Two lines below mark the span: the one containing "v17 (30,20,-5)" and the one containing "v22 (0,2.5,10)". Set down both, plus every line between, exactly as they stand, and nothing else.
Start of Source data
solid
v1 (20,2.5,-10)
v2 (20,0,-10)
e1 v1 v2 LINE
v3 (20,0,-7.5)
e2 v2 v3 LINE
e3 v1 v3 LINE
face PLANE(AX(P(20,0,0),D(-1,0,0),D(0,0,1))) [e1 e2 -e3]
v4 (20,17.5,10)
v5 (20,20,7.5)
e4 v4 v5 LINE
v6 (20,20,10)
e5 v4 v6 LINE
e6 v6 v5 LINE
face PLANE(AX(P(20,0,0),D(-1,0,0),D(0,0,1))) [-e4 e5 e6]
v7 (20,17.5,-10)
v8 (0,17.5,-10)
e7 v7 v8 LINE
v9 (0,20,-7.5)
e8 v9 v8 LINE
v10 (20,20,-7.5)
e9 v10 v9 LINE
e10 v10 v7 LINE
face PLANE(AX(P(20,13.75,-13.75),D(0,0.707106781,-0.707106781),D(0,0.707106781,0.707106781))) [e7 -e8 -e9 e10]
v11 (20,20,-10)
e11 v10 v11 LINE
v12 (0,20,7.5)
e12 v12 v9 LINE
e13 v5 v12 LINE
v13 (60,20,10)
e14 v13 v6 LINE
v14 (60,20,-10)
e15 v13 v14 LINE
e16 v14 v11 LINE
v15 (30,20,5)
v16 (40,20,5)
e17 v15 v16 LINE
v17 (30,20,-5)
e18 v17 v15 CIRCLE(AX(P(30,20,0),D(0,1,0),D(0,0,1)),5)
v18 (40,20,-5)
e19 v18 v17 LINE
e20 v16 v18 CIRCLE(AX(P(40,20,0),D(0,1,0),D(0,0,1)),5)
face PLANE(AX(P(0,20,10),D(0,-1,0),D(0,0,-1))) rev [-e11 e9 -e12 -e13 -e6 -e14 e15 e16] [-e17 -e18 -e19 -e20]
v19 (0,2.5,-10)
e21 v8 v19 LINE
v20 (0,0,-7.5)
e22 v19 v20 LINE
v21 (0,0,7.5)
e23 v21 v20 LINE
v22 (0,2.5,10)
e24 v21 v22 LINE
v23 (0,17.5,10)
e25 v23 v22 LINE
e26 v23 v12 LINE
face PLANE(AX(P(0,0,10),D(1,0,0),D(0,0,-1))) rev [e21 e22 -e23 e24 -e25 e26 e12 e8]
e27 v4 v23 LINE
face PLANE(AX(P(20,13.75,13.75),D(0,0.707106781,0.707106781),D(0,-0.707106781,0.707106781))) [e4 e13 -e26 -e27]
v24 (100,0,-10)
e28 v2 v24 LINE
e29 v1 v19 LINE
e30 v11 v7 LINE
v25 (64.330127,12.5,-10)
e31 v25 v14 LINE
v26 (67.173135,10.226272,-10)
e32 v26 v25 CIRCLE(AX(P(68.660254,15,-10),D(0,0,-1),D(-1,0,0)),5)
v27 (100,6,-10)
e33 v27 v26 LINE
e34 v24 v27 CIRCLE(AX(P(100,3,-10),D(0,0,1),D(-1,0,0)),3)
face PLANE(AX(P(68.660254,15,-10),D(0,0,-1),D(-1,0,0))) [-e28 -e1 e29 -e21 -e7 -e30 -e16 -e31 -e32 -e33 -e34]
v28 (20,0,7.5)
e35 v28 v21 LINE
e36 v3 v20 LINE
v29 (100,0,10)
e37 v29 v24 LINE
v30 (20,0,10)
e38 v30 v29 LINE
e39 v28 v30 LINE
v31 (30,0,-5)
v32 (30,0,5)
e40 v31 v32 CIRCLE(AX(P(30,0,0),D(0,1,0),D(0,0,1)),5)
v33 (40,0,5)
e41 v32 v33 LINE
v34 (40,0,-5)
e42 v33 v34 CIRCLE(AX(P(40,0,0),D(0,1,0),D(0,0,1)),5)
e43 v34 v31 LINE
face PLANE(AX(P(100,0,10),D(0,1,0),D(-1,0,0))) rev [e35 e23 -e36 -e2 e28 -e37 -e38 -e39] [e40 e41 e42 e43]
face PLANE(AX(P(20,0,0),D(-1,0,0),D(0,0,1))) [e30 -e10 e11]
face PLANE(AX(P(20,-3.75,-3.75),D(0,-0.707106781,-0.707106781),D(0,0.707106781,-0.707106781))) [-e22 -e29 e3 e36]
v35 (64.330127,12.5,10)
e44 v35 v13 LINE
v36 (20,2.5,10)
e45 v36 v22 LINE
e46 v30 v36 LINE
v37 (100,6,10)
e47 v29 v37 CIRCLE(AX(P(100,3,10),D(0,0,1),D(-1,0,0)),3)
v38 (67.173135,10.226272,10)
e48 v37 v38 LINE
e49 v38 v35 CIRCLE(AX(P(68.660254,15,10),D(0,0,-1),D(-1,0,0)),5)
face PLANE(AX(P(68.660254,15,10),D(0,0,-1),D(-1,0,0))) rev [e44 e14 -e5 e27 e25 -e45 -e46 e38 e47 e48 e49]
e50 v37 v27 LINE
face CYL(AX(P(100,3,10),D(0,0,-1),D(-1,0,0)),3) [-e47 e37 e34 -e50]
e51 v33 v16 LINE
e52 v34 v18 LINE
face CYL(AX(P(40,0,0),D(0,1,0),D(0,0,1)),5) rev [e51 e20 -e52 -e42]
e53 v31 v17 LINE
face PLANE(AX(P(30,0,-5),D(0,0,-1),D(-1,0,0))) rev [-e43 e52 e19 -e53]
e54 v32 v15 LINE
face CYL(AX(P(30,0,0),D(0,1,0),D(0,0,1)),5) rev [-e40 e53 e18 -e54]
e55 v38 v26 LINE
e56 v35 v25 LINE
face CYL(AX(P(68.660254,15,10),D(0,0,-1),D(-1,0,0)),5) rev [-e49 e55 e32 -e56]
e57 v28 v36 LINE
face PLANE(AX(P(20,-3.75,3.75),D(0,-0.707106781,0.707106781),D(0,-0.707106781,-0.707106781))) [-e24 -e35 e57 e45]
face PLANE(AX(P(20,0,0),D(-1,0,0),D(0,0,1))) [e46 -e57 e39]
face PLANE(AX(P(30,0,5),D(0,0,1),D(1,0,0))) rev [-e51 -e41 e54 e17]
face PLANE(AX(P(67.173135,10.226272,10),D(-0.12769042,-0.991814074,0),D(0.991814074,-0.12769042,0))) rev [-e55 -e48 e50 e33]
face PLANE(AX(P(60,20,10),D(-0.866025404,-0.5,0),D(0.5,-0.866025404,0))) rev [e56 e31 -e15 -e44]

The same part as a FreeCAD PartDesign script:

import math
import FreeCAD as App
import Part
import Sketcher
Q = App.Units.Quantity


def add_polygon(sketch, points):
    """Adds a closed chain of lines whose ends are joined by coincident constraints."""
    first, n = sketch.GeometryCount, len(points)
    for a, b in zip(points, points[1:] + points[:1]):
        sketch.addGeometry(Part.LineSegment(App.Vector(*a, 0), App.Vector(*b, 0)), False)
    for i in range(n):
        sketch.addConstraint(Sketcher.Constraint("Coincident", first + i, 2, first + (i + 1) % n, 1))

doc = App.newDocument("Part")
body = doc.addObject("PartDesign::Body", "Body")

sketch1 = body.newObject("Sketcher::SketchObject", "Sketch")
sketch1.AttachmentSupport = (doc.getObject("XY_Plane"), [""])
sketch1.MapMode = "FlatFace"
sketch1.addGeometry(Part.LineSegment(App.Vector(0, 20, 0), App.Vector(0, 0, 0)), False)
sketch1.addGeometry(Part.LineSegment(App.Vector(0, 0, 0), App.Vector(100, 0, 0)), False)
sketch1.addGeometry(Part.ArcOfCircle(Part.Circle(App.Vector(100, 3, 0), App.Vector(0, 0, 1), 3), math.radians(-90), math.radians(90)), False)
sketch1.addGeometry(Part.LineSegment(App.Vector(100, 6, 0), App.Vector(67.2, 10.2, 0)), False)
sketch1.addGeometry(Part.ArcOfCircle(Part.Circle(App.Vector(68.7, 15, 0), App.Vector(0, 0, 1), 5), math.radians(-150), math.radians(-107)), False)
sketch1.addGeometry(Part.LineSegment(App.Vector(64.3, 12.5, 0), App.Vector(60, 20, 0)), False)
sketch1.addGeometry(Part.LineSegment(App.Vector(60, 20, 0), App.Vector(0, 20, 0)), False)
sketch1.addConstraint(Sketcher.Constraint("Coincident", 0, 2, 1, 1))
sketch1.addConstraint(Sketcher.Constraint("Tangent", 1, 2, 2, 1))
sketch1.addConstraint(Sketcher.Constraint("Coincident", 2, 2, 3, 1))
sketch1.addConstraint(Sketcher.Constraint("Coincident", 3, 2, 4, 2))
sketch1.addConstraint(Sketcher.Constraint("Tangent", 4, 1, 5, 1))
sketch1.addConstraint(Sketcher.Constraint("Coincident", 5, 2, 6, 1))
sketch1.addConstraint(Sketcher.Constraint("Coincident", 6, 2, 0, 1))
sketch1.addConstraint(Sketcher.Constraint("Vertical", 0))
sketch1.addConstraint(Sketcher.Constraint("Horizontal", 1))
sketch1.addConstraint(Sketcher.Constraint("Horizontal", 6))
sketch1.addConstraint(Sketcher.Constraint("Coincident", 0, 2, -1, 1))
sketch1.addConstraint(Sketcher.Constraint("Vertical", 1, 2, 2, 2))
sketch1.addConstraint(Sketcher.Constraint("Radius", 2, Q("3 mm")))
sketch1.addConstraint(Sketcher.Constraint("Radius", 4, Q("5 mm")))
sketch1.addConstraint(Sketcher.Constraint("DistanceX", 1, 1, 1, 2, Q("100 mm")))
sketch1.addConstraint(Sketcher.Constraint("DistanceX", 6, 2, 6, 1, Q("60 mm")))
sketch1.addConstraint(Sketcher.Constraint("DistanceY", 0, 2, 0, 1, Q("20 mm")))
sketch1.addConstraint(Sketcher.Constraint("Angle", 5, Q("120 deg")))
sketch1.addConstraint(Sketcher.Constraint("DistanceY", -1, 1, 4, 3, Q("15 mm")))
sketch1.addConstraint(Sketcher.Constraint("Distance", 3, Q("33.097801 mm")))
pad1 = body.newObject("PartDesign::Pad", "Pad")
pad1.Profile = sketch1
pad1.Length = 20
pad1.Midplane = True

sketch2 = body.newObject("Sketcher::SketchObject", "Sketch001")
sketch2.AttachmentSupport = (doc.getObject("XZ_Plane"), [""])
sketch2.MapMode = "FlatFace"
sketch2.AttachmentOffset = App.Placement(App.Vector(0, 0, -20), App.Rotation())
sketch2.addGeometry(Part.LineSegment(App.Vector(40, -5, 0), App.Vector(30, -5, 0)), False)
sketch2.addGeometry(Part.ArcOfCircle(Part.Circle(App.Vector(30, 0, 0), App.Vector(0, 0, 1), 5), math.radians(90), math.radians(270)), False)
sketch2.addGeometry(Part.LineSegment(App.Vector(30, 5, 0), App.Vector(40, 5, 0)), False)
sketch2.addGeometry(Part.ArcOfCircle(Part.Circle(App.Vector(40, 0, 0), App.Vector(0, 0, 1), 5), math.radians(-90), math.radians(90)), False)
sketch2.addConstraint(Sketcher.Constraint("Tangent", 0, 2, 1, 2))
sketch2.addConstraint(Sketcher.Constraint("Tangent", 1, 1, 2, 1))
sketch2.addConstraint(Sketcher.Constraint("Tangent", 2, 2, 3, 2))
sketch2.addConstraint(Sketcher.Constraint("Tangent", 3, 1, 0, 1))
sketch2.addConstraint(Sketcher.Constraint("Horizontal", 0))
sketch2.addConstraint(Sketcher.Constraint("Horizontal", 2))
sketch2.addConstraint(Sketcher.Constraint("PointOnObject", 1, 3, -1))
sketch2.addConstraint(Sketcher.Constraint("Radius", 1, Q("5 mm")))
sketch2.addConstraint(Sketcher.Constraint("DistanceX", 0, 2, 0, 1, Q("10 mm")))
sketch2.addConstraint(Sketcher.Constraint("DistanceX", -1, 1, 1, 3, Q("30 mm")))
pocket1 = body.newObject("PartDesign::Pocket", "Pocket")
pocket1.Profile = sketch2
pocket1.Type = "ThroughAll"
pocket1.Reversed = True

sketch3 = body.newObject("Sketcher::SketchObject", "Sketch002")
sketch3.AttachmentSupport = (doc.getObject("YZ_Plane"), [""])
sketch3.MapMode = "FlatFace"
add_polygon(sketch3, [(17.5, -10), (20, -7.5), (20, -10)])
add_polygon(sketch3, [(20, 10), (20, 7.5), (17.5, 10)])
add_polygon(sketch3, [(0, 10), (2.5, 10), (0, 7.5)])
add_polygon(sketch3, [(0, -7.5), (2.5, -10), (0, -10)])
sketch3.addConstraint(Sketcher.Constraint("Vertical", 1))
sketch3.addConstraint(Sketcher.Constraint("Horizontal", 2))
sketch3.addConstraint(Sketcher.Constraint("Vertical", 3))
sketch3.addConstraint(Sketcher.Constraint("Horizontal", 5))
sketch3.addConstraint(Sketcher.Constraint("Horizontal", 6))
sketch3.addConstraint(Sketcher.Constraint("Vertical", 8))
sketch3.addConstraint(Sketcher.Constraint("Horizontal", 10))
sketch3.addConstraint(Sketcher.Constraint("Vertical", 11))
sketch3.addConstraint(Sketcher.Constraint("Symmetric", 8, 2, 10, 2, -1, 1))
sketch3.addConstraint(Sketcher.Constraint("Symmetric", 0, 2, 3, 2, -1))
sketch3.addConstraint(Sketcher.Constraint("Symmetric", 2, 2, 4, 2, -1))
sketch3.addConstraint(Sketcher.Constraint("Symmetric", 7, 2, 11, 2, -1))
sketch3.addConstraint(Sketcher.Constraint("Perpendicular", 0, 4))
sketch3.addConstraint(Sketcher.Constraint("Perpendicular", 4, 7))
sketch3.addConstraint(Sketcher.Constraint("Perpendicular", 7, 9))
sketch3.addConstraint(Sketcher.Constraint("Horizontal", 5, 2, 6, 2))
sketch3.addConstraint(Sketcher.Constraint("Horizontal", 3, 2, 7, 2))
sketch3.addConstraint(Sketcher.Constraint("DistanceX", 2, 2, 2, 1, Q("2.5 mm")))
sketch3.addConstraint(Sketcher.Constraint("DistanceX", -1, 1, 0, 2, Q("20 mm")))
sketch3.addConstraint(Sketcher.Constraint("DistanceY", 1, 2, -1, 1, Q("10 mm")))
pocket2 = body.newObject("PartDesign::Pocket", "Pocket001")
pocket2.Profile = sketch3
pocket2.Length = 20
pocket2.Reversed = True

doc.recompute()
End of Source data
(Exercise result):
v17 (30,20,-5)
e18 v17 v15 CIRCLE(AX(P(30,20,0),D(0,1,0),D(0,0,1)),5)
v18 (40,20,-5)
e19 v18 v17 LINE
e20 v16 v18 CIRCLE(AX(P(40,20,0),D(0,1,0),D(0,0,1)),5)
face PLANE(AX(P(0,20,10),D(0,-1,0),D(0,0,-1))) rev [-e11 e9 -e12 -e13 -e6 -e14 e15 e16] [-e17 -e18 -e19 -e20]
v19 (0,2.5,-10)
e21 v8 v19 LINE
v20 (0,0,-7.5)
e22 v19 v20 LINE
v21 (0,0,7.5)
e23 v21 v20 LINE
v22 (0,2.5,10)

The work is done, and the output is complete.